Effect of early palliative care for patients with glioblastoma (EPCOG): a randomised phase III clinical trial protocol

Collaborators, Affiliations

Effect of early palliative care for patients with glioblastoma (EPCOG): a randomised phase III clinical trial protocol

Heidrun Golla et al. BMJ Open. .

Abstract

​INTRODUCTION: Randomised controlled trials (RCTs) have shown a positive effect of early integration of palliative care (EIPC) in various advanced cancer entities regarding patients' quality of life (QoL), survival, mood, caregiver burden and reduction of aggressiveness of treatment near the end of life. However, RCTs investigating the positive effect of EIPC for patients suffering from glioblastoma multiforme (GBM) are lacking.
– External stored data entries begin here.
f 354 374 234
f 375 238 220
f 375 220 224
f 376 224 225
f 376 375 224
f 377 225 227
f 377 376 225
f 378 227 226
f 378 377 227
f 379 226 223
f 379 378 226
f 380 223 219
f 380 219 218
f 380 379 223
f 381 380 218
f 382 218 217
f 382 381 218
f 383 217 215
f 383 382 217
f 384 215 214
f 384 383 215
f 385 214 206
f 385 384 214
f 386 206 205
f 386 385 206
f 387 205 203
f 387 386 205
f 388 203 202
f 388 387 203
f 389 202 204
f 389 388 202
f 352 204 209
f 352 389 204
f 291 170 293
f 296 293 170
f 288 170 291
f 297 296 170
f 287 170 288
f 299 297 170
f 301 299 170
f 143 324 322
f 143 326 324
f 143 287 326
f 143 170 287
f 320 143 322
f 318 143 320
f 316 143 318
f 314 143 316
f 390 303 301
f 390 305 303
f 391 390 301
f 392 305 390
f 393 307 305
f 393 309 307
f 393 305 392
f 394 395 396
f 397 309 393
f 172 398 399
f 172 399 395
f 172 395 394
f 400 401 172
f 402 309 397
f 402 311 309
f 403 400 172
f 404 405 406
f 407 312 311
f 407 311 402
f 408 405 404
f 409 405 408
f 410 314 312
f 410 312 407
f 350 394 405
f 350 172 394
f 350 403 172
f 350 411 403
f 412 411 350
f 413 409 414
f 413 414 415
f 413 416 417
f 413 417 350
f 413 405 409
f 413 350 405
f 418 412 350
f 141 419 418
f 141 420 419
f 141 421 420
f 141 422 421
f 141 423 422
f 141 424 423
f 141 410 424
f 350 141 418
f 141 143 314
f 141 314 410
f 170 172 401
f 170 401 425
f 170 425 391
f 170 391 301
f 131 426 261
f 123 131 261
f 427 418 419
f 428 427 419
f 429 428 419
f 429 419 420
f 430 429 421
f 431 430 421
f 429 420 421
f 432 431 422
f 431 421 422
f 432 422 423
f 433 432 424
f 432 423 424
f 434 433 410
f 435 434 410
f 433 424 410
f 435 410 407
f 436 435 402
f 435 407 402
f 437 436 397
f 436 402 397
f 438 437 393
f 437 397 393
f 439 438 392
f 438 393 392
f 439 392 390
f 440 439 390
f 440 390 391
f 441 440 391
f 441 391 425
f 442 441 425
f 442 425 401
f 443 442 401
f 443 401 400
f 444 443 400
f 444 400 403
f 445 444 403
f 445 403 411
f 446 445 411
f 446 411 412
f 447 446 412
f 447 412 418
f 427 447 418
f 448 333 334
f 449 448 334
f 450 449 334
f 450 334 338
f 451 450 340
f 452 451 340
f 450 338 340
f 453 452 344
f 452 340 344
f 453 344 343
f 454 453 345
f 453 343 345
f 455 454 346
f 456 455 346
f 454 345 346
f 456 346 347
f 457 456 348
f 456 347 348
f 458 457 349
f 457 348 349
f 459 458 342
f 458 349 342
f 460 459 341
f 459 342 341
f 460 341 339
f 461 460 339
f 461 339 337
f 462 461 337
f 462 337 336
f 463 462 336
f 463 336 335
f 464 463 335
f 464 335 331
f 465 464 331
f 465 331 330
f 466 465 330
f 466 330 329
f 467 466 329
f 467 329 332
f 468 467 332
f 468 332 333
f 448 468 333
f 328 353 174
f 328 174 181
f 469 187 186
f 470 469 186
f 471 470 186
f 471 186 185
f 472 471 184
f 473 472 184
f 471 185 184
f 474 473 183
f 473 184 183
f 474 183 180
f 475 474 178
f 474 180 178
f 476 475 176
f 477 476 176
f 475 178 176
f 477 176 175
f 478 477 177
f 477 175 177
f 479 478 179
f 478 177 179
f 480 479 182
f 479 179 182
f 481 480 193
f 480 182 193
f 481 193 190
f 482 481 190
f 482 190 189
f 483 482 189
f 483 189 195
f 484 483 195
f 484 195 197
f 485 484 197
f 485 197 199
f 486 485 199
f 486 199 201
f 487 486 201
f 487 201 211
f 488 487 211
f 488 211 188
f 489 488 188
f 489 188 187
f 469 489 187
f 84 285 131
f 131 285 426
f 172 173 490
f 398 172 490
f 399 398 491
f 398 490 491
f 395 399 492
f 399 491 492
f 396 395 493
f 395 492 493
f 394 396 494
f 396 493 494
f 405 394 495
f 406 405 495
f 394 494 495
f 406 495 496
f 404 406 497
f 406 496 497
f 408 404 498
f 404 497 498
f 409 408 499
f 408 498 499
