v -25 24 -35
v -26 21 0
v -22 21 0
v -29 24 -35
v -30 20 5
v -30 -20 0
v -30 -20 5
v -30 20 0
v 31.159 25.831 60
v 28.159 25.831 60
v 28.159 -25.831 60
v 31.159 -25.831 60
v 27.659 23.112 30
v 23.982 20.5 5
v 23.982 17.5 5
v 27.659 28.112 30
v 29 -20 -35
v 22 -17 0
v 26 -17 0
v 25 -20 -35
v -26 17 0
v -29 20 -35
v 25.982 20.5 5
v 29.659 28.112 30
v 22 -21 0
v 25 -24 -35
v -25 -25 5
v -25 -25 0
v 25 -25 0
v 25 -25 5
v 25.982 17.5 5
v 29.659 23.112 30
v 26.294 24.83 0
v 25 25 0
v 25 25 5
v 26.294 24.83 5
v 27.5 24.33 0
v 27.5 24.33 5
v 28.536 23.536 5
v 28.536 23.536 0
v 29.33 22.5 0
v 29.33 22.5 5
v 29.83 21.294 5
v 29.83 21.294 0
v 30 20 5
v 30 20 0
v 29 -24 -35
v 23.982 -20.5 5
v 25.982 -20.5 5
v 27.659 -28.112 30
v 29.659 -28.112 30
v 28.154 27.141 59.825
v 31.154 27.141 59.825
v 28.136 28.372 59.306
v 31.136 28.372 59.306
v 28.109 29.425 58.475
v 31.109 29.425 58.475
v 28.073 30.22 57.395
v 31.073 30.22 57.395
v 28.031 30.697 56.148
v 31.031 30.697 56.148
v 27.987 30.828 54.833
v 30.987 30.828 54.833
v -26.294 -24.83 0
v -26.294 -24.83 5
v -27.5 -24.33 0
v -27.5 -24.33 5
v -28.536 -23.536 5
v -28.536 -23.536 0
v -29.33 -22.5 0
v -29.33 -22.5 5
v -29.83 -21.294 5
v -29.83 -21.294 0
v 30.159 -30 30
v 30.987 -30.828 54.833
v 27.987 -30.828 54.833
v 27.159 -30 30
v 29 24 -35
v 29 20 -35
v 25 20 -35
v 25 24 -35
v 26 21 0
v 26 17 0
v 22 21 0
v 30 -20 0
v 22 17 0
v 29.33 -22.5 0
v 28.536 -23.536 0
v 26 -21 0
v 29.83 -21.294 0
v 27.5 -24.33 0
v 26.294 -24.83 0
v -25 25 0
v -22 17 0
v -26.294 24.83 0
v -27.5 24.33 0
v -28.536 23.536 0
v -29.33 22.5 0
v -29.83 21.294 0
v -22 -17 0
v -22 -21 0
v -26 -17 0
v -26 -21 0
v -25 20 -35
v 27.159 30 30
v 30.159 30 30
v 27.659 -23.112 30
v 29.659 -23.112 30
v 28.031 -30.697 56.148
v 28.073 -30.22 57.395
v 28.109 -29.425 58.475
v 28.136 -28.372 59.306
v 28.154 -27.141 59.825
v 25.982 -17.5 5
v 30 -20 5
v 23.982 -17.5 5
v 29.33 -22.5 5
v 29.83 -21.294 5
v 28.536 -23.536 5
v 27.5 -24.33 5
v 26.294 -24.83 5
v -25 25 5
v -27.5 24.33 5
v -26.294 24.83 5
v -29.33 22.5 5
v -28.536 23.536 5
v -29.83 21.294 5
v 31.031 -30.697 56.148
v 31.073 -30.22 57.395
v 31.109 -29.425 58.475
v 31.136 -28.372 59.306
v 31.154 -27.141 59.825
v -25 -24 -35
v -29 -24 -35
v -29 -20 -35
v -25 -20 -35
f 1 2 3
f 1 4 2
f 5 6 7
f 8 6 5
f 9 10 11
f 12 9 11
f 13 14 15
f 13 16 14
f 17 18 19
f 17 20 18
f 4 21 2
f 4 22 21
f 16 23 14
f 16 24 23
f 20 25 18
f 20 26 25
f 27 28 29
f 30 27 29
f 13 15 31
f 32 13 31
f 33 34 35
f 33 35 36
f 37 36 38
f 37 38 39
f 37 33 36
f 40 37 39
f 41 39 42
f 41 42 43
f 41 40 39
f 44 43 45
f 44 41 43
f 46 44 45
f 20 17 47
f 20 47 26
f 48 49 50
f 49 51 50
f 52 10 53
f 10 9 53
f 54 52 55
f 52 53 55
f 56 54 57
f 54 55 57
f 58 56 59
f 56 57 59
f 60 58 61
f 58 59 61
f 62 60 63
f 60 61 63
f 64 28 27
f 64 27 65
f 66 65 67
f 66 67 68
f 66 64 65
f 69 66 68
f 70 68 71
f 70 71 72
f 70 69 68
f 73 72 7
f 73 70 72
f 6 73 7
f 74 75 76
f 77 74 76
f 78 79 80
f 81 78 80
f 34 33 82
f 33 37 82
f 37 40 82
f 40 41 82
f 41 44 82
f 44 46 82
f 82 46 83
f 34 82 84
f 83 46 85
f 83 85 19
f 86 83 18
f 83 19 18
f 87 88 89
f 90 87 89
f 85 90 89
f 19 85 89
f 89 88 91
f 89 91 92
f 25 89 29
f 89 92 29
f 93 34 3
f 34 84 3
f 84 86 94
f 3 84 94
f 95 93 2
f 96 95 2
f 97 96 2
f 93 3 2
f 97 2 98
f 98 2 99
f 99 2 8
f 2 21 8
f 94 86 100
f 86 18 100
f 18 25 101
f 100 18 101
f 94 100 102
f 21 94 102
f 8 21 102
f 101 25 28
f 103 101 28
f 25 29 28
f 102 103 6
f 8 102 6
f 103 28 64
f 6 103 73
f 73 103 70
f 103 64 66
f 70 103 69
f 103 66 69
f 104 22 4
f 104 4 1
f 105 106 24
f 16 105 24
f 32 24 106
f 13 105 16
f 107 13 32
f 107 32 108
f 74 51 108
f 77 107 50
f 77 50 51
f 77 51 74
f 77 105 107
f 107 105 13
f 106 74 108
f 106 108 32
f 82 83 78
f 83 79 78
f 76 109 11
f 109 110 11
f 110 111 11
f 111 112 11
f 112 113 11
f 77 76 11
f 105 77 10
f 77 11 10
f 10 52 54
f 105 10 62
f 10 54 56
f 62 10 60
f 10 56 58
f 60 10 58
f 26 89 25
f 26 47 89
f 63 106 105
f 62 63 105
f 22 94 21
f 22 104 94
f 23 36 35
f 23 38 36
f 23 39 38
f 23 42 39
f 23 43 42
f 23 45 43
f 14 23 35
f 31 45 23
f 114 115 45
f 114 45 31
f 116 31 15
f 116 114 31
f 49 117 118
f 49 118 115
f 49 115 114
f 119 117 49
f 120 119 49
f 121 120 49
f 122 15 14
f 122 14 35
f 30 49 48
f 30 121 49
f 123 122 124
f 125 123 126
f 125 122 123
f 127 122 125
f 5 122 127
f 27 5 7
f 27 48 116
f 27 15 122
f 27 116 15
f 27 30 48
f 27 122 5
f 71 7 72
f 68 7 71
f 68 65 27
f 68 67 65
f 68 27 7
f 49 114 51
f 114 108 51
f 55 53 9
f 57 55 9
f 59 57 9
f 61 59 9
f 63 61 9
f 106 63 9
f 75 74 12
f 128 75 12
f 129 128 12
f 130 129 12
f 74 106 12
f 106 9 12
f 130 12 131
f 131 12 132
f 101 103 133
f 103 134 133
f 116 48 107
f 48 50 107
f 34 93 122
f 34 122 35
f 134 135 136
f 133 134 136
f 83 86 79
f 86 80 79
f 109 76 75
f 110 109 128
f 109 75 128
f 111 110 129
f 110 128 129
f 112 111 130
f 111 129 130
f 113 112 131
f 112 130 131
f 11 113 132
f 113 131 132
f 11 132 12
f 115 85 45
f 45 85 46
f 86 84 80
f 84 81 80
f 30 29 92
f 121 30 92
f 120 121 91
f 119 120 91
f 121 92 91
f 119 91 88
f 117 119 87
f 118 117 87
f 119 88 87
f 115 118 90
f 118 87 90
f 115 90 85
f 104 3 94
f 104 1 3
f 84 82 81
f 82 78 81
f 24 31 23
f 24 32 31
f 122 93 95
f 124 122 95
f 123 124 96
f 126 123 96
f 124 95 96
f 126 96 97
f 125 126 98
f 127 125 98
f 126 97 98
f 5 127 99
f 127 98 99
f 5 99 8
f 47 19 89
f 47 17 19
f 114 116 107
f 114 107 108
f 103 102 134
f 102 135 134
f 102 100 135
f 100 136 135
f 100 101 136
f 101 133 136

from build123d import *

# Parameters (mm, degrees)
F1_DEPTH = 5
F2_W     = 4
F2_H     = 4
F4_W     = 4
F4_H     = 4
F7_W     = 2
F7_H     = 3
F9_W     = 2
F9_H     = 5
F11_W    = 3
F11_H    = 30
F13_W    = 3
F13_H    = 31
F16_R    = 5


with BuildPart() as f1:
    # F0 (on Top) → F1 (new body)
    with BuildSketch(Plane.XY):
        with BuildLine():
            Line((-30, 0), (0, 0))
            Line((0, 0), (0, 25))
            Line((0, 25), (-25, 25))
            ThreePointArc((-25, 25), (-28.5355339059, 23.5355339059), (-30, 20))
            Line((-30, 20), (-30, 0))
        make_face()
    extrude(amount=F1_DEPTH)

    # F2 (on face) → F5 section 0
    with BuildSketch(Plane(origin=(0, 0, 0), x_dir=(1, 0, 0), z_dir=(0, 0, -1))):
        with Locations((-24, -19)):
            Rectangle(F2_W, F2_H)
    # F4 (on offset) → F5 section 1
    with BuildSketch(Plane(origin=(0, 0, -35), x_dir=(1, 0, 0), z_dir=(0, 0, -1))):
        with Locations((-27, -22)):
            Rectangle(F4_W, F4_H)
    loft()

    # F6: F1 across plane


with BuildPart() as f1_1:
    add(f1.part)
    add(f1.part.mirror(Plane.YZ))

    # F7 (on face) → F10 section 0
    with BuildSketch(Plane.XY.offset(5)):
        with Locations((24.9823927879, 19)):
            Rectangle(F7_W, F7_H)
    # F9 (on offset) → F10 section 1
    with BuildSketch(Plane.XY.offset(30)):
        with Locations((28.6593784243, 25.6122151948)):
            Rectangle(F9_W, F9_H)
    loft()

    # F11 (on offset) → F14 section 0
    with BuildSketch(Plane.XY.offset(30)):
        with Locations((28.6593784243, 15)):
            Rectangle(F11_W, F11_H)
    # F13 (on offset) → F14 section 1
    with BuildSketch(Plane.XY.offset(60)):
        with Locations((29.6593784243, 15.5)):
            Rectangle(F13_W, F13_H)
    loft()

    # F15: F1 across plane


with BuildPart() as f1_2:
    add(f1_1.part)
    add(f1_1.part.mirror(Plane.XZ))

    # F16
    f16_edges = [f1_2.edges().sort_by_distance(p)[0] for p in [
        (29.659378, 31, 60),
        (29.659378, -31, 60),
    ]]
    fillet(f16_edges, radius=F16_R)

    # F17: F1 across plane


with BuildPart() as f1_3:
    add(f1_2.part)
    add(f1_2.part.mirror(Plane.XZ))


solid = f1_3.part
After modelling work identifying the specific needs of GBM patients and their caregivers, the aim of this study is to investigate the impact of EIPC in this particular patient group. ​METHODS AND ANALYSIS: The recruitment period of this multicenter RCT started in May 2019. GBM patients (n=214) and their caregivers will be randomly assigned to either the intervention group (receiving proactive EIPC on a monthly basis) or the control group (receiving treatment according to international standards and additional, regular assessment of QoL ('optimised' standard care)).The primary outcome is QoL assessed by subscales of the Functional Assessment of Cancer Therapy for brain tumour (FACT-Br) from baseline to 6 months of treatment. Secondary outcomes are changes in QoL after 12 (end of intervention), 18 and 24 months (end of follow-up), the full FACT-Br scale, patients' palliative care needs, depression/anxiety, cognitive impairment, caregiver burden, healthcare use, cost-effectiveness and overall survival. ​ETHICS AND DISSEMINATION: The study will be conducted in accordance with the Declaration of Helsinki and has been approved by the local ethics committees of the University Clinics of Cologne, Aachen, Bonn, Freiburg and Munich (LMU). Results of the trial will be submitted for publication in a peer-reviewed, open access journal and disseminated through presentations at conferences. TRIAL REGISTRATION NUMBER: German Register for Clinical Studies (DRKS) (DRKS00016066); Pre-results.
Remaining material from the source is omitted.